==== EXERCISE MATERIAL

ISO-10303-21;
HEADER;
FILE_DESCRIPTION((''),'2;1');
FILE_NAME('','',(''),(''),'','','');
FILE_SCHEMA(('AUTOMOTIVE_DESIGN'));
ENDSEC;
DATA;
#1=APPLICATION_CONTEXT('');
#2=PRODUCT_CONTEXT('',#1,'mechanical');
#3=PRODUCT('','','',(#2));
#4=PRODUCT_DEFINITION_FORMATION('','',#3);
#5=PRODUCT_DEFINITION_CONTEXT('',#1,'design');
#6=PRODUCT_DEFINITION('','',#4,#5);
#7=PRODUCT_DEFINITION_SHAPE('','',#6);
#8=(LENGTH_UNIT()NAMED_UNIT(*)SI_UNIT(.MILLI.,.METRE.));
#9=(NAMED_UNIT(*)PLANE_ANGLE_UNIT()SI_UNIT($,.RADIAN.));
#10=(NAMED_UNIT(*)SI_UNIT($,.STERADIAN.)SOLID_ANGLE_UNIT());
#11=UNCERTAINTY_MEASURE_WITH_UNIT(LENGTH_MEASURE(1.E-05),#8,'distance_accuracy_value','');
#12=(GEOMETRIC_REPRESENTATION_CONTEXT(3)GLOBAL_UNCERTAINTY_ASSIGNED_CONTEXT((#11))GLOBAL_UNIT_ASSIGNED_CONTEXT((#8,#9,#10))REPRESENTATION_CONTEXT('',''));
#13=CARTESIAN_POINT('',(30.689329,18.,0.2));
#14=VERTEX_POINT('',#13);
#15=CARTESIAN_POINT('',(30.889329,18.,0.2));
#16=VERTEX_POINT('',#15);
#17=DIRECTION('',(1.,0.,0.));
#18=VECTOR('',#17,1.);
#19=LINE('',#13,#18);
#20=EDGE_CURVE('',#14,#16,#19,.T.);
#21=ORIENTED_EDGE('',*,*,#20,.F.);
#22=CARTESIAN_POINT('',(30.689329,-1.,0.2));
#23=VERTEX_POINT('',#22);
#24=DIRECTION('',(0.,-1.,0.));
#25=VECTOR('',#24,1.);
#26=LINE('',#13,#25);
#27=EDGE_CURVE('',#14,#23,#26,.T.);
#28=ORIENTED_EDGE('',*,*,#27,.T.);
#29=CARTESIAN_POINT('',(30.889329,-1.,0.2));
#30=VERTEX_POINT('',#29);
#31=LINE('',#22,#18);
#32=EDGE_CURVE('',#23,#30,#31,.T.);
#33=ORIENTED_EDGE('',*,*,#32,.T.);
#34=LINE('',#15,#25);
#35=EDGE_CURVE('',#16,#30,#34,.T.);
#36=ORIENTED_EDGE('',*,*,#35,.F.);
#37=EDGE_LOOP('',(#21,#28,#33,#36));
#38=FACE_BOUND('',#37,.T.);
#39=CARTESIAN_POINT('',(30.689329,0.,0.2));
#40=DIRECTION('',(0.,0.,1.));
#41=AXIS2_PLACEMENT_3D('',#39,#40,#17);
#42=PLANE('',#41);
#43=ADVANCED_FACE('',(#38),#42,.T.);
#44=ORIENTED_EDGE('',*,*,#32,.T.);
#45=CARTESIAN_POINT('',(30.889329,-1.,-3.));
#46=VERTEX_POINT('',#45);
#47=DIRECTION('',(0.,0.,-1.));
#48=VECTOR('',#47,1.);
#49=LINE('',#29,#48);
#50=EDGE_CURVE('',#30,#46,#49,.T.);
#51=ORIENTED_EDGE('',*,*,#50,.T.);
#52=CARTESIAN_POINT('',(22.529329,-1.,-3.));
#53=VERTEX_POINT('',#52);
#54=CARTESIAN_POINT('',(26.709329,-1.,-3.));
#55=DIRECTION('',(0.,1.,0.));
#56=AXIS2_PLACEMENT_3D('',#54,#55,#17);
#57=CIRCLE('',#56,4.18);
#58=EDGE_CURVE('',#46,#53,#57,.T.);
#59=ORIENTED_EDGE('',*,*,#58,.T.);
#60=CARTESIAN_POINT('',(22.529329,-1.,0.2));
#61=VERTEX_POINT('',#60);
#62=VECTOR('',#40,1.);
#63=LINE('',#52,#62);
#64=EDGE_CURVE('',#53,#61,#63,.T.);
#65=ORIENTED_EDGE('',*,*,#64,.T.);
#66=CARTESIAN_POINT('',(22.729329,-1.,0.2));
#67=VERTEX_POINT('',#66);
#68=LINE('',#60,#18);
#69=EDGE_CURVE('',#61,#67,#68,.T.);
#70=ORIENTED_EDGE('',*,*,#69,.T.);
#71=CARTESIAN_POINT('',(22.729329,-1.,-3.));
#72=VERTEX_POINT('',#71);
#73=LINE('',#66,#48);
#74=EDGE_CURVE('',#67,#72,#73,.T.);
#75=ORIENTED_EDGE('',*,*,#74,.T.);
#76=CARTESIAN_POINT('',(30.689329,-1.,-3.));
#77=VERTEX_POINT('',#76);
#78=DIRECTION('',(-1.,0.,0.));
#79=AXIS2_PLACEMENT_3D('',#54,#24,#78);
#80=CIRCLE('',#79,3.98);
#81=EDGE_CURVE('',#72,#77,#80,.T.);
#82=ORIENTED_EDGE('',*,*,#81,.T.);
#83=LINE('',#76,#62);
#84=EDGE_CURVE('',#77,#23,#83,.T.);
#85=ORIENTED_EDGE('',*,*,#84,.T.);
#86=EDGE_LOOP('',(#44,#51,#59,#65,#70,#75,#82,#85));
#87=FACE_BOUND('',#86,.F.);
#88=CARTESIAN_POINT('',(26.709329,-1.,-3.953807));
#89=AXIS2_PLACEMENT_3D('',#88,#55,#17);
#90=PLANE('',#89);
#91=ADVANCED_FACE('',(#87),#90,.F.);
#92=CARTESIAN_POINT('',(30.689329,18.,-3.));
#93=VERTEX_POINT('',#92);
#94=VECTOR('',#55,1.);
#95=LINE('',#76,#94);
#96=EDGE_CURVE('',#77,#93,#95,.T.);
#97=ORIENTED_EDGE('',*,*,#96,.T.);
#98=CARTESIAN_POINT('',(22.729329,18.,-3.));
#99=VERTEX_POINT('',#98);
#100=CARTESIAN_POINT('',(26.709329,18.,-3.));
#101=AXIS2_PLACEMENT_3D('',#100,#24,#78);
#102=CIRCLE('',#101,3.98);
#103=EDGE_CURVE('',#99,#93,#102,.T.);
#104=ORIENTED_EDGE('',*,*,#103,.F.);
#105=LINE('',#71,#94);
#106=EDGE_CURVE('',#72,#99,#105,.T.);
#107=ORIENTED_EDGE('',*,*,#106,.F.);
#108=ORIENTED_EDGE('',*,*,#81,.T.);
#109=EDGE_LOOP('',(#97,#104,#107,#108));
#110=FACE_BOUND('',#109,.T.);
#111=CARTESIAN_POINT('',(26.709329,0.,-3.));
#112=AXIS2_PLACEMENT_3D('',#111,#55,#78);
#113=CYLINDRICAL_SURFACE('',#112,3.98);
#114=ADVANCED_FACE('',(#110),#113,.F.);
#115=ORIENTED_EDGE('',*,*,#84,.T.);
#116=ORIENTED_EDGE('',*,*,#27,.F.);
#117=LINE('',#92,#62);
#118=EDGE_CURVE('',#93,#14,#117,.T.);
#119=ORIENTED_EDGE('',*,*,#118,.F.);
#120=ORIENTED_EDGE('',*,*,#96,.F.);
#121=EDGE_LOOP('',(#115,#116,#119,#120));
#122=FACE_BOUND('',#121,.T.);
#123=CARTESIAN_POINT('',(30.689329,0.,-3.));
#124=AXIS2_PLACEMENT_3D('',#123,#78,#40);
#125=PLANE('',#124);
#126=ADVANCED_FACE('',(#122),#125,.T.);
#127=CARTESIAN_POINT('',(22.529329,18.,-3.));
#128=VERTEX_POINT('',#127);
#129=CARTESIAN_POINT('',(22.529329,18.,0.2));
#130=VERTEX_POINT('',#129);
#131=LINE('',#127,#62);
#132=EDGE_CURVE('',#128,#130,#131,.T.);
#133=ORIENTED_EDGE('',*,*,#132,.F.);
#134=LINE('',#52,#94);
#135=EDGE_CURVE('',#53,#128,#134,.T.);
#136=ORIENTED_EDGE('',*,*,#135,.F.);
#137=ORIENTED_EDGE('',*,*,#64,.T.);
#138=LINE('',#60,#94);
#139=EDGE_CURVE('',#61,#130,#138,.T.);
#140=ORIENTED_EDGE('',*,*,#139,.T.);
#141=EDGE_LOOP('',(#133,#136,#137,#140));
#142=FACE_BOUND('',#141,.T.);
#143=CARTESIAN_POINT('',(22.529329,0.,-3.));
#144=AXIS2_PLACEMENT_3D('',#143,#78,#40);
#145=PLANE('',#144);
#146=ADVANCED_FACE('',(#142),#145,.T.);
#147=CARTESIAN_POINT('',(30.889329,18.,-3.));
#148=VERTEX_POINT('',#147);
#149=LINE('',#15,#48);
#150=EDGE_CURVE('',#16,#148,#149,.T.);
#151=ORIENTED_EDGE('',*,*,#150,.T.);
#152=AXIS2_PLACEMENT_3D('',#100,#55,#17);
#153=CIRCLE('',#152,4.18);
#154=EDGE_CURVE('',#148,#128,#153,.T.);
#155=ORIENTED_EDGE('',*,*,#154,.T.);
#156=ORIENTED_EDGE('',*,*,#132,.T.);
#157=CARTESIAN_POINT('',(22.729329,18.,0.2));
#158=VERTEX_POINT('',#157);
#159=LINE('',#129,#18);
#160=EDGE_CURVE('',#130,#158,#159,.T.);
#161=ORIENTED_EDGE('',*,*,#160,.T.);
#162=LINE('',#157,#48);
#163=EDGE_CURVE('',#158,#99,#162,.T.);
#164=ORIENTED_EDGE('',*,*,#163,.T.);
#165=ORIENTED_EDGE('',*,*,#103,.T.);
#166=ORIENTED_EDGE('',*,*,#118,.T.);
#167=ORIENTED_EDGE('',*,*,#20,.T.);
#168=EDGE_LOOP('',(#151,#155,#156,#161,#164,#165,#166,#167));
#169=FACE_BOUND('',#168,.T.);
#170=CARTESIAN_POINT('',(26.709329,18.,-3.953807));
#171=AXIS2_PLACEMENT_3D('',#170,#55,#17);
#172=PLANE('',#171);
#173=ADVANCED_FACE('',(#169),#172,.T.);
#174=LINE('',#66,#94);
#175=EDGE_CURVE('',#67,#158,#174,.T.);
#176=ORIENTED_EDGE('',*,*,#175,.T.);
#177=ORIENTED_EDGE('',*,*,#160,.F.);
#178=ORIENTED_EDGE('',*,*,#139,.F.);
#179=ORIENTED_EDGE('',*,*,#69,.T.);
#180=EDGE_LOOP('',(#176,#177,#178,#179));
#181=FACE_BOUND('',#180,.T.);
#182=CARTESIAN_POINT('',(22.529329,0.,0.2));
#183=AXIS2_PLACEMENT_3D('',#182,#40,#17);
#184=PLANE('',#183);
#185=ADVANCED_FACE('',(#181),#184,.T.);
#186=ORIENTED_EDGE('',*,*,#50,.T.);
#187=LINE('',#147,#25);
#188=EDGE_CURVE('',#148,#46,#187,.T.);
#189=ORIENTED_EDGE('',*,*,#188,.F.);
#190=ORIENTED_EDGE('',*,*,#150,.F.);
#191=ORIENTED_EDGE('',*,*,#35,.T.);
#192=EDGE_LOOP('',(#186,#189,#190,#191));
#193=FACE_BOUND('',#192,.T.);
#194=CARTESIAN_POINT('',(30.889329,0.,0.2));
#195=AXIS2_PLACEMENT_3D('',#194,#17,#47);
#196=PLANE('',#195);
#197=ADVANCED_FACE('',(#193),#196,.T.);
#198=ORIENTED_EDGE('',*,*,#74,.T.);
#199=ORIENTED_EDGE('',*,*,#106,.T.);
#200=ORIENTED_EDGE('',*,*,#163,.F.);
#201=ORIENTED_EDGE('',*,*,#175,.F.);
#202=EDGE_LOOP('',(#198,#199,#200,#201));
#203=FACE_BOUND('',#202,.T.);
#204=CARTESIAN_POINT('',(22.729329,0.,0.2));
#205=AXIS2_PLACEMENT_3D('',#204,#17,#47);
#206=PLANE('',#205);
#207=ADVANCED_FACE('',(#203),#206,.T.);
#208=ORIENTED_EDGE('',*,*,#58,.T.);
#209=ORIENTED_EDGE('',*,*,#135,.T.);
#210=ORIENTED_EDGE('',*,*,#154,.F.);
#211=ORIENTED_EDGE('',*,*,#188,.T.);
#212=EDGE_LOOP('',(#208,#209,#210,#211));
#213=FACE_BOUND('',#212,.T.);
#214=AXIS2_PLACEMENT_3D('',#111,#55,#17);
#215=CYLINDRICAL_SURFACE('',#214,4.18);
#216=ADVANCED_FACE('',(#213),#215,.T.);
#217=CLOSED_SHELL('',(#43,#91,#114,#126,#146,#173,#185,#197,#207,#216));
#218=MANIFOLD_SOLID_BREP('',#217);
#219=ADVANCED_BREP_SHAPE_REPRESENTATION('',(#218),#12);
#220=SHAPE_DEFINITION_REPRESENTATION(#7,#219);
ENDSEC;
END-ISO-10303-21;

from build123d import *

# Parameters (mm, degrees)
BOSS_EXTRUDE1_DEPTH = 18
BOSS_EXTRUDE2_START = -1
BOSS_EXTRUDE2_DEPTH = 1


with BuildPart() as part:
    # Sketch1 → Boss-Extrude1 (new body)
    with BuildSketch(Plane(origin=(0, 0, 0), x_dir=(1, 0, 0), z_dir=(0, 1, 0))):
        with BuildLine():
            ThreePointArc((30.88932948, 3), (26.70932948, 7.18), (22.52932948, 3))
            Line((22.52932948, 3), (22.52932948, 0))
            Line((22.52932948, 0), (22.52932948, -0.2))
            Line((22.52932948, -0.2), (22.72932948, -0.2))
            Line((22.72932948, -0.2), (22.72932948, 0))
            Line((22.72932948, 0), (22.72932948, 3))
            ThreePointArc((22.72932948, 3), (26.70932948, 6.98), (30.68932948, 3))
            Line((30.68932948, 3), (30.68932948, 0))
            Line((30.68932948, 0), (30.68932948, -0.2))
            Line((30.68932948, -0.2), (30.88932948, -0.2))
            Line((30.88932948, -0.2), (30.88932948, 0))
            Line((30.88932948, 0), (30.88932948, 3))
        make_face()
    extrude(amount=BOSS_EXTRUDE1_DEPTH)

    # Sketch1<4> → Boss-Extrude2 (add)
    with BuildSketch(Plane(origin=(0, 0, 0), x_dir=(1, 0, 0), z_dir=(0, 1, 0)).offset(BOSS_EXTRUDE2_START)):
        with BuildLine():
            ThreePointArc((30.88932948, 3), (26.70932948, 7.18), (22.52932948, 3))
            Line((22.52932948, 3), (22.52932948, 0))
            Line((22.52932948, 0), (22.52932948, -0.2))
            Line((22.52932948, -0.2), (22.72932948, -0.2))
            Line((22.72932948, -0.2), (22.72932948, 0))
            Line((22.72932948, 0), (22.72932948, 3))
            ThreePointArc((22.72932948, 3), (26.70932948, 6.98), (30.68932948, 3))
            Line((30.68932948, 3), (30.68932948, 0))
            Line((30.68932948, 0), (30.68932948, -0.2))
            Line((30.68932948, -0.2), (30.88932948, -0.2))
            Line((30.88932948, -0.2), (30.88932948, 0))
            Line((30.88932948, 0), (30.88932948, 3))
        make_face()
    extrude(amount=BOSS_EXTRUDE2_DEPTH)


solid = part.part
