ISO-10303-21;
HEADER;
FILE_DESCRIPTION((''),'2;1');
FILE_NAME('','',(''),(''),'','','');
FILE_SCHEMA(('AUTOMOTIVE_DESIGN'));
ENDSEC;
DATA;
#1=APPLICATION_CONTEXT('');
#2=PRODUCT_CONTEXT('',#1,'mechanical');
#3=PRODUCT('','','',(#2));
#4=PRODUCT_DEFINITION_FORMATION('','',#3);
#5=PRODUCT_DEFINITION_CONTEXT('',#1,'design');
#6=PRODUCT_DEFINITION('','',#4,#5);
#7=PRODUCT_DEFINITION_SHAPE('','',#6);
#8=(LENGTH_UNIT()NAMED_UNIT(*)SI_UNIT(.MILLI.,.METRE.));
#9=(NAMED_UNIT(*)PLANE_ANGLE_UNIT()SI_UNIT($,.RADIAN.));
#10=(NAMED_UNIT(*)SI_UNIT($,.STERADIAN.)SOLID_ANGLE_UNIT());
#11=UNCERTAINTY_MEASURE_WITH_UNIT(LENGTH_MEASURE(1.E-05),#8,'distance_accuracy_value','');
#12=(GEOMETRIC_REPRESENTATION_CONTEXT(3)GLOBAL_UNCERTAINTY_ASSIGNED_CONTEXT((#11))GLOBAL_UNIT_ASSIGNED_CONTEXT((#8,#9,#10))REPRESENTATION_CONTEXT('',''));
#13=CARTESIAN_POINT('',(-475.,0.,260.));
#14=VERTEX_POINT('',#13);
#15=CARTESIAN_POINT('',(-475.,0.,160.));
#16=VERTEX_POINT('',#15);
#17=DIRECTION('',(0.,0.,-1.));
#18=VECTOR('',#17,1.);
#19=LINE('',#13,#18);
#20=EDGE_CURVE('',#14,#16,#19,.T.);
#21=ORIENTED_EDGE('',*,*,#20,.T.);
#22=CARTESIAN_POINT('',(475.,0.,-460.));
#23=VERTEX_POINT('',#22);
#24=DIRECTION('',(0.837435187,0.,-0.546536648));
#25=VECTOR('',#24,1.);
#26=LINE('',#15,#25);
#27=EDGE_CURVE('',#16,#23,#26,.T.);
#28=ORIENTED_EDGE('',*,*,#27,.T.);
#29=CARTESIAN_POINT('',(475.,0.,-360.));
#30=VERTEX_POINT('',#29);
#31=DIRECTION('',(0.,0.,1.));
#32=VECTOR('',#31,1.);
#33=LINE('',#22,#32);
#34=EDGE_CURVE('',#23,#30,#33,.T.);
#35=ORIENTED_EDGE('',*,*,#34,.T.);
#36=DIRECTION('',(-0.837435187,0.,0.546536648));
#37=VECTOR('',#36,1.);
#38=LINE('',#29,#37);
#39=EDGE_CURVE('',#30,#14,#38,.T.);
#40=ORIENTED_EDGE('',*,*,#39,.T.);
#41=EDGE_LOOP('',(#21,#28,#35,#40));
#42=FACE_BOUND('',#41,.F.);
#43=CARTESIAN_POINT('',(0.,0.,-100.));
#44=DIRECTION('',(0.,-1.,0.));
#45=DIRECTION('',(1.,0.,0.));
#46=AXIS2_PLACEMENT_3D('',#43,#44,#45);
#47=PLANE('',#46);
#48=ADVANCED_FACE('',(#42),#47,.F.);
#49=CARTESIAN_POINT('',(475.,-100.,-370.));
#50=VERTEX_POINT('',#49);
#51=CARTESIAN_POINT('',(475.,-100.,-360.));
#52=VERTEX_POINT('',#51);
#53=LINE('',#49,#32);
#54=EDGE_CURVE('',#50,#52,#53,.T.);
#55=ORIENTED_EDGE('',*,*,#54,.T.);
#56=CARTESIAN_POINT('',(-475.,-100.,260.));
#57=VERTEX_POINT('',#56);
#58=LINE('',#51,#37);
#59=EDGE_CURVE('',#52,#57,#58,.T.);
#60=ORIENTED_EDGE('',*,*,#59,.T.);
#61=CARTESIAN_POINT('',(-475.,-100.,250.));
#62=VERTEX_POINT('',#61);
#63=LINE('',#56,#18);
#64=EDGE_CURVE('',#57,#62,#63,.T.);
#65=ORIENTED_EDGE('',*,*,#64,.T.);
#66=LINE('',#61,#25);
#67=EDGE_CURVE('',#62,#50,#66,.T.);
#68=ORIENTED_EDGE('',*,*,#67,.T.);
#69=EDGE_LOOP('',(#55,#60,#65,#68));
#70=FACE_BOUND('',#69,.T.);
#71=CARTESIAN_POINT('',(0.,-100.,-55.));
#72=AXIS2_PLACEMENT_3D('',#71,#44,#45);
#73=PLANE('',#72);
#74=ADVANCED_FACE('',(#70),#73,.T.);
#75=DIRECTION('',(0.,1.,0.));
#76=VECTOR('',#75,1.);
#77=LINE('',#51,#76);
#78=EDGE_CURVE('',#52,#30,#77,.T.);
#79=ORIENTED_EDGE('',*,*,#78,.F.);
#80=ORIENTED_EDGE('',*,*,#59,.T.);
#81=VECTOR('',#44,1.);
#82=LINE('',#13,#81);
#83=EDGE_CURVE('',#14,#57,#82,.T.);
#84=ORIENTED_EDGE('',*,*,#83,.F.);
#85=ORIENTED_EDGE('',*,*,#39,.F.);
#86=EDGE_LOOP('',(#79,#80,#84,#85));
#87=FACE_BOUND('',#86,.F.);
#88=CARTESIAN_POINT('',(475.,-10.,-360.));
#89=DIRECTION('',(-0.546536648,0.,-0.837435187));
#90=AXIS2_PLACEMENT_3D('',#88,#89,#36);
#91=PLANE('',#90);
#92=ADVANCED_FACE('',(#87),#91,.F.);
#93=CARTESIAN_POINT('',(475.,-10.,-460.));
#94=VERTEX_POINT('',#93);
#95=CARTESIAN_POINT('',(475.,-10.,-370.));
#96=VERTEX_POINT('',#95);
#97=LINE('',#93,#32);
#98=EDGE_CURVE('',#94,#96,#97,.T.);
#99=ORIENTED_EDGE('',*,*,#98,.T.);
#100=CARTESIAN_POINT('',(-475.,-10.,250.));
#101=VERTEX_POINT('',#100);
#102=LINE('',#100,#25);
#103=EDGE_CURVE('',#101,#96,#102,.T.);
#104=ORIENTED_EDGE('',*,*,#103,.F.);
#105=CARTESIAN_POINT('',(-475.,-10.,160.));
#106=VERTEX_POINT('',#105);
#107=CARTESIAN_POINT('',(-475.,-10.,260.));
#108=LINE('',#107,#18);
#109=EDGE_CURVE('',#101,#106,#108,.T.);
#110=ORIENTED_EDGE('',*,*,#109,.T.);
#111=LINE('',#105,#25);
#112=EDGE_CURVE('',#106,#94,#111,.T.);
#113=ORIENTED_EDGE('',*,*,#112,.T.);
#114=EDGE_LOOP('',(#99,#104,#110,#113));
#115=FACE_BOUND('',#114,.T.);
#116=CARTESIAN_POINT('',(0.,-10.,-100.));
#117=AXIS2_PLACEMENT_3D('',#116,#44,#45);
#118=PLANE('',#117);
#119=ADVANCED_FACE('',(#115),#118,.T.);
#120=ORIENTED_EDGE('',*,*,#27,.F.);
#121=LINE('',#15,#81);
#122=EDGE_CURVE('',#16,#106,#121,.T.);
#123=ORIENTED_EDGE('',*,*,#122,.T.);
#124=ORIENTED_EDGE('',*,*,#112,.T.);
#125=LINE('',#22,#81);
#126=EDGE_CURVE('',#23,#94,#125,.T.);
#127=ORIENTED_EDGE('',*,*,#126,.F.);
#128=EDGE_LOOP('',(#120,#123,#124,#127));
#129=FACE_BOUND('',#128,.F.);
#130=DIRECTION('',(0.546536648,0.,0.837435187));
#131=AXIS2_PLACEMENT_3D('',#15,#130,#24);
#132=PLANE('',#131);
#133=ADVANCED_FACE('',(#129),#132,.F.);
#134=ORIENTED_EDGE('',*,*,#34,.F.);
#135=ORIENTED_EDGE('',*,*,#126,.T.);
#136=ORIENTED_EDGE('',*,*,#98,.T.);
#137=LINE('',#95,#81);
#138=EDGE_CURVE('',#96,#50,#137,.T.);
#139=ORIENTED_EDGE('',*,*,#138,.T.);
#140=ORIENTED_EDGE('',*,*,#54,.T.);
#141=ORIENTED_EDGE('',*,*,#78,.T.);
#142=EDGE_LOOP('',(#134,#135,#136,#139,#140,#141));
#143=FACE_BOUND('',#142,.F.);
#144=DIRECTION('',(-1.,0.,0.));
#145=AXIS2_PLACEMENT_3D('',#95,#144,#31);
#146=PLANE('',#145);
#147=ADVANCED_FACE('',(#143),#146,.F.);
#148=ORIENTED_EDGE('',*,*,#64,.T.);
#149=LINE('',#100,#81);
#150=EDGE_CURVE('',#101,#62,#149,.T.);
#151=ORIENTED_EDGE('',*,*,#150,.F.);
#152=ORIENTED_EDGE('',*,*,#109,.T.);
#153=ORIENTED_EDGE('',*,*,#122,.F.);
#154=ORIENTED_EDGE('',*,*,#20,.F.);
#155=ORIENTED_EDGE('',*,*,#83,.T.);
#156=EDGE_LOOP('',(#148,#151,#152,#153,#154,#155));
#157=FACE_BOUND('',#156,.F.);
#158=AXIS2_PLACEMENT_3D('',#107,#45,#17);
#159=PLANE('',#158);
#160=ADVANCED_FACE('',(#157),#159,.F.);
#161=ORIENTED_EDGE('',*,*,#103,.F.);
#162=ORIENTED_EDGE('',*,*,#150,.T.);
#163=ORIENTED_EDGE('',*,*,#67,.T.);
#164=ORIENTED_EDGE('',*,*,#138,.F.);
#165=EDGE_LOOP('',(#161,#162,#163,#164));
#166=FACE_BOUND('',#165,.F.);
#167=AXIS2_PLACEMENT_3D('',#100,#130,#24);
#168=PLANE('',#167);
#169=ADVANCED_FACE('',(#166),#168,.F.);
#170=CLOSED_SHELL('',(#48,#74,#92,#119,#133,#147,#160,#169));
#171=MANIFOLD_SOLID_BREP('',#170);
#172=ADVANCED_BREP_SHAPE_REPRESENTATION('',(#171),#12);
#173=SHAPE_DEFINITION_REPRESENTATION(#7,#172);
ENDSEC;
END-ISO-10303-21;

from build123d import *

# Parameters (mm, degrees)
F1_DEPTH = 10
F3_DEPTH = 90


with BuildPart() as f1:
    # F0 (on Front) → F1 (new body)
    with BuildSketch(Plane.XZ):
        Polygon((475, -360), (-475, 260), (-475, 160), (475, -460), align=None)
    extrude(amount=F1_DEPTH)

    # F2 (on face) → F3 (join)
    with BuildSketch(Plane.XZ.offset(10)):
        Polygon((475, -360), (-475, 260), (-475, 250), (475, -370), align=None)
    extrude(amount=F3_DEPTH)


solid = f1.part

========

▸ ABOUT THIS TASK: Every line above from the line with "#101=VERTEX_POINT('',#100);" to the line with "#130=DIRECTION('',(0.546536648,0.,0.837435187));" is wanted, ends included; write them out exactly and add no other line.

▸ EXERCISE RESPONSE:
#101=VERTEX_POINT('',#100);
#102=LINE('',#100,#25);
#103=EDGE_CURVE('',#101,#96,#102,.T.);
#104=ORIENTED_EDGE('',*,*,#103,.F.);
#105=CARTESIAN_POINT('',(-475.,-10.,160.));
#106=VERTEX_POINT('',#105);
#107=CARTESIAN_POINT('',(-475.,-10.,260.));
#108=LINE('',#107,#18);
#109=EDGE_CURVE('',#101,#106,#108,.T.);
#110=ORIENTED_EDGE('',*,*,#109,.T.);
#111=LINE('',#105,#25);
#112=EDGE_CURVE('',#106,#94,#111,.T.);
#113=ORIENTED_EDGE('',*,*,#112,.T.);
#114=EDGE_LOOP('',(#99,#104,#110,#113));
#115=FACE_BOUND('',#114,.T.);
#116=CARTESIAN_POINT('',(0.,-10.,-100.));
#117=AXIS2_PLACEMENT_3D('',#116,#44,#45);
#118=PLANE('',#117);
#119=ADVANCED_FACE('',(#115),#118,.T.);
#120=ORIENTED_EDGE('',*,*,#27,.F.);
#121=LINE('',#15,#81);
#122=EDGE_CURVE('',#16,#106,#121,.T.);
#123=ORIENTED_EDGE('',*,*,#122,.T.);
#124=ORIENTED_EDGE('',*,*,#112,.T.);
#125=LINE('',#22,#81);
#126=EDGE_CURVE('',#23,#94,#125,.T.);
#127=ORIENTED_EDGE('',*,*,#126,.F.);
#128=EDGE_LOOP('',(#120,#123,#124,#127));
#129=FACE_BOUND('',#128,.F.);
#130=DIRECTION('',(0.546536648,0.,0.837435187));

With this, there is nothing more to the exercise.